_Input for this task:_
+===+
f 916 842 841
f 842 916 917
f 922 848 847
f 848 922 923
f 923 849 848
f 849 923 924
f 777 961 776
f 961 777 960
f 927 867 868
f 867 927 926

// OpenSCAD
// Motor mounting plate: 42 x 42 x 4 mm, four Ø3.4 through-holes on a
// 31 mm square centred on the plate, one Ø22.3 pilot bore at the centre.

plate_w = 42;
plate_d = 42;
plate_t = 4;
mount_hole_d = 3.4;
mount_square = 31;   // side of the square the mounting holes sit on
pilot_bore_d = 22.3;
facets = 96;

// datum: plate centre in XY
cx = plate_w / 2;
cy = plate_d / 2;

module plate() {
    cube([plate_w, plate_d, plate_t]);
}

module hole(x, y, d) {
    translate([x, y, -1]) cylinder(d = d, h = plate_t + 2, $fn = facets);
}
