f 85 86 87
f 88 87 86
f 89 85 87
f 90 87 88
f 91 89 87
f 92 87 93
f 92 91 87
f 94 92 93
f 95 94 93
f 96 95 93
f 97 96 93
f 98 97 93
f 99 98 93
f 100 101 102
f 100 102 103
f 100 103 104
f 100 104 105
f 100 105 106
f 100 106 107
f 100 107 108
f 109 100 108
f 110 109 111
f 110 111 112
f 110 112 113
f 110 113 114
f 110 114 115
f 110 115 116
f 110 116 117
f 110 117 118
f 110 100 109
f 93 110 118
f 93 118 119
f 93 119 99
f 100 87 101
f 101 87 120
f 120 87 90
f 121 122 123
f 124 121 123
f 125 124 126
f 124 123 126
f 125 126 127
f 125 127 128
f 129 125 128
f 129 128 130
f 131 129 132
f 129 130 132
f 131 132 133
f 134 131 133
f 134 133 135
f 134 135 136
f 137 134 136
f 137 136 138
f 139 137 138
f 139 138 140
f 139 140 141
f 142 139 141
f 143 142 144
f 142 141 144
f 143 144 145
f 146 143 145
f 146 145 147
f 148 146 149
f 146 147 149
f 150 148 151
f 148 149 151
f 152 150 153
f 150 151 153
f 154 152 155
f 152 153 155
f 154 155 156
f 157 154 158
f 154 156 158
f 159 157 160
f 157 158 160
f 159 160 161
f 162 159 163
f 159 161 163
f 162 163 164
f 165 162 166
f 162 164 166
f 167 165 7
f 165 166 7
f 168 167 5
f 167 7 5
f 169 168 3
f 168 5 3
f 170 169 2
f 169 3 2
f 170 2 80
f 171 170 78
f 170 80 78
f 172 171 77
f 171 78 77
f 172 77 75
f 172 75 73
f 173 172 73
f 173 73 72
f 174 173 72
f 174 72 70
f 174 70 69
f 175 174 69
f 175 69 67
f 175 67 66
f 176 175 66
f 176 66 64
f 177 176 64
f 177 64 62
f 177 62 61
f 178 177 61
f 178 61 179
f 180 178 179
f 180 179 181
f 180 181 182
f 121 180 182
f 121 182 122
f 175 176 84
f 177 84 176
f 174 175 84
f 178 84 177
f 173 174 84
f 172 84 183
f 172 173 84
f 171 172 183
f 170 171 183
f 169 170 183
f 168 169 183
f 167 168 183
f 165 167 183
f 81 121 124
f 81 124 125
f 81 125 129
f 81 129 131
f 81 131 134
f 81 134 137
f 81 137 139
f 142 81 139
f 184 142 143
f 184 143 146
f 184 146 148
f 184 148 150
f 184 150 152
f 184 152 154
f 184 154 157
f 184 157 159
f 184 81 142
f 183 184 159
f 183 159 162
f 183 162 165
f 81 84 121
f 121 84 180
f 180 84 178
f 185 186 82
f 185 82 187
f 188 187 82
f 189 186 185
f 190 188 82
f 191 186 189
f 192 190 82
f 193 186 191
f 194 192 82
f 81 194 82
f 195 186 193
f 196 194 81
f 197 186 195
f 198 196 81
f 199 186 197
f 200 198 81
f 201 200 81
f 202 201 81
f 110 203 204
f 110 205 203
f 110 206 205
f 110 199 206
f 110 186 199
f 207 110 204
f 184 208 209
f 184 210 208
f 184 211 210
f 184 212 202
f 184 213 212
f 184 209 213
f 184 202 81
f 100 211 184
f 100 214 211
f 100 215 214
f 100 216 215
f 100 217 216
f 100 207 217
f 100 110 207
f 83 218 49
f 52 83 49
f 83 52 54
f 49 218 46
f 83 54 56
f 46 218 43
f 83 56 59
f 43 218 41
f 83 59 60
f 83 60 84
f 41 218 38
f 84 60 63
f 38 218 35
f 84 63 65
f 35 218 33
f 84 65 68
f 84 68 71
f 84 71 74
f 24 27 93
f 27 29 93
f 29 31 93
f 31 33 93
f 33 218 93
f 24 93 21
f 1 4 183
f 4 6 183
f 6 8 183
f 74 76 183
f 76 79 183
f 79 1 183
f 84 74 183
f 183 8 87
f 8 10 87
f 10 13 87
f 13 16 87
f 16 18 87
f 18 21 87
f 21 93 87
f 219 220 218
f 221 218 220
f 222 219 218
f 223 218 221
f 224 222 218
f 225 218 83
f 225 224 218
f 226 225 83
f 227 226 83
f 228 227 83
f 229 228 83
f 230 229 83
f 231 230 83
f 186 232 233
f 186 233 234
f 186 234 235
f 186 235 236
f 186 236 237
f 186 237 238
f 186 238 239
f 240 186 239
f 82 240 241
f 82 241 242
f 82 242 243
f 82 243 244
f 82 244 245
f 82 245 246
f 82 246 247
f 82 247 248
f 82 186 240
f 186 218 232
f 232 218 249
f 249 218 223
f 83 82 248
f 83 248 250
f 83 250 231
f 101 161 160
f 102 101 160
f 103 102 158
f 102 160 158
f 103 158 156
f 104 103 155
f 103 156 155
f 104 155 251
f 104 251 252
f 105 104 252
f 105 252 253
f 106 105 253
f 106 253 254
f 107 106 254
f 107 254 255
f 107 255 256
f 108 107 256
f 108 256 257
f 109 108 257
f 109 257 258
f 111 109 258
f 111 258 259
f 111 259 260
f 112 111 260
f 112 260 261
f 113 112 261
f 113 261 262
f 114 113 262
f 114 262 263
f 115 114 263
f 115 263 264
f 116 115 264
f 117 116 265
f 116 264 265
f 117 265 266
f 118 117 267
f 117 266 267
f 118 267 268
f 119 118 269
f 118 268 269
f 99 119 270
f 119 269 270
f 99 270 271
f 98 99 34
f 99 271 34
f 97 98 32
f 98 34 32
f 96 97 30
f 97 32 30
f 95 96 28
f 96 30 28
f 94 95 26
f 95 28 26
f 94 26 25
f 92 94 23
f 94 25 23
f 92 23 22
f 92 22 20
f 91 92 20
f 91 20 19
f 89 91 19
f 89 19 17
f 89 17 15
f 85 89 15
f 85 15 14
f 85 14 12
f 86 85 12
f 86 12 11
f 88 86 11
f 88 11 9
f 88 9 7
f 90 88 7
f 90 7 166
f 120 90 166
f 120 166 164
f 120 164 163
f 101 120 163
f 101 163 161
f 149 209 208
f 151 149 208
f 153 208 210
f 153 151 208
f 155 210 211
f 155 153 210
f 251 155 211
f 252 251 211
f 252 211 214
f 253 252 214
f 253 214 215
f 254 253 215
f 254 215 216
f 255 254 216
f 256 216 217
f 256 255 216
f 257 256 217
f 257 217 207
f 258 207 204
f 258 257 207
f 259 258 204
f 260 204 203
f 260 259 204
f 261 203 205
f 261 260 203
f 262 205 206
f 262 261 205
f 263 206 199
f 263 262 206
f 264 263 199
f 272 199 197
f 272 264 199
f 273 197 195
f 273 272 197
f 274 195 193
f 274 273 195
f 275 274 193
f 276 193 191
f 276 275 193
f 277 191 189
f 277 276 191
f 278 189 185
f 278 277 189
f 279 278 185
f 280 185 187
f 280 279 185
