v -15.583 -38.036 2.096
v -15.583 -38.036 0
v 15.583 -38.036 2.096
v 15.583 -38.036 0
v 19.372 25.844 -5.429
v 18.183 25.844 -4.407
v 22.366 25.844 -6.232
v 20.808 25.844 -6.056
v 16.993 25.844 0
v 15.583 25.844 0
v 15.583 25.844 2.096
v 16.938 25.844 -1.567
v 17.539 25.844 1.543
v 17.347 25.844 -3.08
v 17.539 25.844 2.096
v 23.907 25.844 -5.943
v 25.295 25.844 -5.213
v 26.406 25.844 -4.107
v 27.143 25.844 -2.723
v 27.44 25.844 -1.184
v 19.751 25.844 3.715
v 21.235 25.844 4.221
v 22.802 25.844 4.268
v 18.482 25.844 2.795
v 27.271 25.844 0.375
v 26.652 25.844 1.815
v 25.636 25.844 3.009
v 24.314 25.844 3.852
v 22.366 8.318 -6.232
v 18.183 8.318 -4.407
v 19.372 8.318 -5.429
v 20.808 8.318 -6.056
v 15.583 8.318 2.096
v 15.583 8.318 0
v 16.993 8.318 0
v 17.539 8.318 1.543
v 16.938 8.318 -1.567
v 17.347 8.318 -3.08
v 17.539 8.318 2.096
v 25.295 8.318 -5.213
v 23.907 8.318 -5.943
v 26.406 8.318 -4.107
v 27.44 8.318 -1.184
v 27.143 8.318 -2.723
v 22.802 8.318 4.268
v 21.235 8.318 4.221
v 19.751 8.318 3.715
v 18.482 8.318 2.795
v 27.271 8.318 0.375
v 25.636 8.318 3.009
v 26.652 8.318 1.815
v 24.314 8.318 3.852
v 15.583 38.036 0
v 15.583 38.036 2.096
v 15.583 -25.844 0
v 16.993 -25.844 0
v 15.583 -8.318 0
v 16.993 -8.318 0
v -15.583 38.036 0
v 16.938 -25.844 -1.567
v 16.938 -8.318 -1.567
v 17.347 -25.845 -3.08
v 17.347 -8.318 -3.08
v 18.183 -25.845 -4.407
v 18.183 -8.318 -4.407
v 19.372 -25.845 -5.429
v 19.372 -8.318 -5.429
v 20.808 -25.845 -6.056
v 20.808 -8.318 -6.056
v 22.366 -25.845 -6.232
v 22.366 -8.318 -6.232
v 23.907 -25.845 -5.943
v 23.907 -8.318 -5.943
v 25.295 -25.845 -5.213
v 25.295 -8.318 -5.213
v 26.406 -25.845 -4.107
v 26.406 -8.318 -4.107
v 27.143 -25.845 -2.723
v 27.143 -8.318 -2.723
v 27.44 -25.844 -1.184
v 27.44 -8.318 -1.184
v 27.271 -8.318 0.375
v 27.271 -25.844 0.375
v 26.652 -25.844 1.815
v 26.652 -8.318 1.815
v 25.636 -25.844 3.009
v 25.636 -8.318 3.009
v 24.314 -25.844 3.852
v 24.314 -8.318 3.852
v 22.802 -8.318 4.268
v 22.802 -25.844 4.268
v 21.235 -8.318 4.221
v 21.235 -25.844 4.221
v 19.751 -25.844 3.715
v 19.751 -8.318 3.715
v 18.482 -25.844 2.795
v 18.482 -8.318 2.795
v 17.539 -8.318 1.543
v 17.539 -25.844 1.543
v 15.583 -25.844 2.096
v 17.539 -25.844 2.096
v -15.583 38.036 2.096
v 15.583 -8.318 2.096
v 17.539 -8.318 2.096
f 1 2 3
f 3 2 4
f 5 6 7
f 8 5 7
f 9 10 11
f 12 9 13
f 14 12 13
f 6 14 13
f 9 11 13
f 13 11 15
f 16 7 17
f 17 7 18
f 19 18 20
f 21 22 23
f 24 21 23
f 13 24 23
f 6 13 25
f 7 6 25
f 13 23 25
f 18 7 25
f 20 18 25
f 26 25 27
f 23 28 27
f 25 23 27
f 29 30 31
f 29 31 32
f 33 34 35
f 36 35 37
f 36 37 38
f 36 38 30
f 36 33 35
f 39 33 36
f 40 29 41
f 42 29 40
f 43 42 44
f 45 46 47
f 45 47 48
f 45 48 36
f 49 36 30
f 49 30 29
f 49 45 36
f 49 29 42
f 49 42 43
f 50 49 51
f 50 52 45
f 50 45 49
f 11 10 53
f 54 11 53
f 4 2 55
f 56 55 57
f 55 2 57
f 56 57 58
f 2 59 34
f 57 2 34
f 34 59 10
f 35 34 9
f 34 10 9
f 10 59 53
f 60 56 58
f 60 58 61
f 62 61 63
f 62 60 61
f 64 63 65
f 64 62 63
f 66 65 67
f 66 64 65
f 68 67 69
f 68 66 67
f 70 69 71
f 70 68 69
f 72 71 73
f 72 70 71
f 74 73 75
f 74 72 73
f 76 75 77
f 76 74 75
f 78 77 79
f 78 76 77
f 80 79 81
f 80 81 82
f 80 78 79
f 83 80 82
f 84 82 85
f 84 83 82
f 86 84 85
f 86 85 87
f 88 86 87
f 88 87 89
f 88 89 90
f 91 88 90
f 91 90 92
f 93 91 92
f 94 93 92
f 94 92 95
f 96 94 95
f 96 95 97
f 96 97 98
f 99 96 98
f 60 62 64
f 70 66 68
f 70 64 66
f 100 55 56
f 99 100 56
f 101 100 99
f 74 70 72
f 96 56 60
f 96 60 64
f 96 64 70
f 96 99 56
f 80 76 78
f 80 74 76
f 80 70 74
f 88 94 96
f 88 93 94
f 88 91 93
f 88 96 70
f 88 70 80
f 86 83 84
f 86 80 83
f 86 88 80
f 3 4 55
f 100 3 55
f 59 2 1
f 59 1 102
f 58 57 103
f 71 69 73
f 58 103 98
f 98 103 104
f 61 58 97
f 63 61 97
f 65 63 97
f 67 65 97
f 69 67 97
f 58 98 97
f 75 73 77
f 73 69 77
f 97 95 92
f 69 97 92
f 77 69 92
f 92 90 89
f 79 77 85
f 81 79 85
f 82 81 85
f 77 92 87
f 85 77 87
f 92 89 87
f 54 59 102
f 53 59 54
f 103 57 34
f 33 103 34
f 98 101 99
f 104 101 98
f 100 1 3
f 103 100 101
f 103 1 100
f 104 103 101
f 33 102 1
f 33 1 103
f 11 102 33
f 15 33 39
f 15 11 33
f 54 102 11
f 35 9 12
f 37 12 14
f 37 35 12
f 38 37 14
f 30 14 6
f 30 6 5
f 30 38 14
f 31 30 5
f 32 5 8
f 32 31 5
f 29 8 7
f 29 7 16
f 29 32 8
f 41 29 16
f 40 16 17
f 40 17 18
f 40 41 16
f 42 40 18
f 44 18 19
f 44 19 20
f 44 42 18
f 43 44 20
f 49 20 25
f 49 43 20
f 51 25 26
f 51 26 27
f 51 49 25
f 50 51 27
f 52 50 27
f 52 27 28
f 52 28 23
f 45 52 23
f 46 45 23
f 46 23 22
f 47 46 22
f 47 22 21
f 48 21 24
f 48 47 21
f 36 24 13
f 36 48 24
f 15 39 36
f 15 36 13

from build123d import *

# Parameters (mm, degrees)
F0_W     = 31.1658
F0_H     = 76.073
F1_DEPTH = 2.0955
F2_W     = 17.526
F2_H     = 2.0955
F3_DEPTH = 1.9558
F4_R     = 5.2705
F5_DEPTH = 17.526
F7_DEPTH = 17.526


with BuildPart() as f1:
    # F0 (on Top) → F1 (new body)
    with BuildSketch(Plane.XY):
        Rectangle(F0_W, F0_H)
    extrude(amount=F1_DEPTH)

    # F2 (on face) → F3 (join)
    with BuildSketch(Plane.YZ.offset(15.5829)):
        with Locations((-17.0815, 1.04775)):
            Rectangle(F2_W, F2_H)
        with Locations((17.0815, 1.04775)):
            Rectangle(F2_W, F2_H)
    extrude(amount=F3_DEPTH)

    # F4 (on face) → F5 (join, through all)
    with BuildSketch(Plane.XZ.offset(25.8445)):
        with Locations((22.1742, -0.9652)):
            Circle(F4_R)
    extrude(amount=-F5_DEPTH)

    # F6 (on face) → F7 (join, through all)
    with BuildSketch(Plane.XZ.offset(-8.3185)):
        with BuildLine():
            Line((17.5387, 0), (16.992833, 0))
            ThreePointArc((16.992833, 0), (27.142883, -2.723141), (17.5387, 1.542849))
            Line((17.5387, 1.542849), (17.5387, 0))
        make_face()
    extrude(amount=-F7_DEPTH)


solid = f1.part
+===+
Without changing anything, quote the lines from the top of the data to the line that contains "at the centre.", including that line.

f 916 842 841
f 842 916 917
f 922 848 847
f 848 922 923
f 923 849 848
f 849 923 924
f 777 961 776
f 961 777 960
f 927 867 868
f 867 927 926

// OpenSCAD
// Motor mounting plate: 42 x 42 x 4 mm, four Ø3.4 through-holes on a
// 31 mm square centred on the plate, one Ø22.3 pilot bore at the centre.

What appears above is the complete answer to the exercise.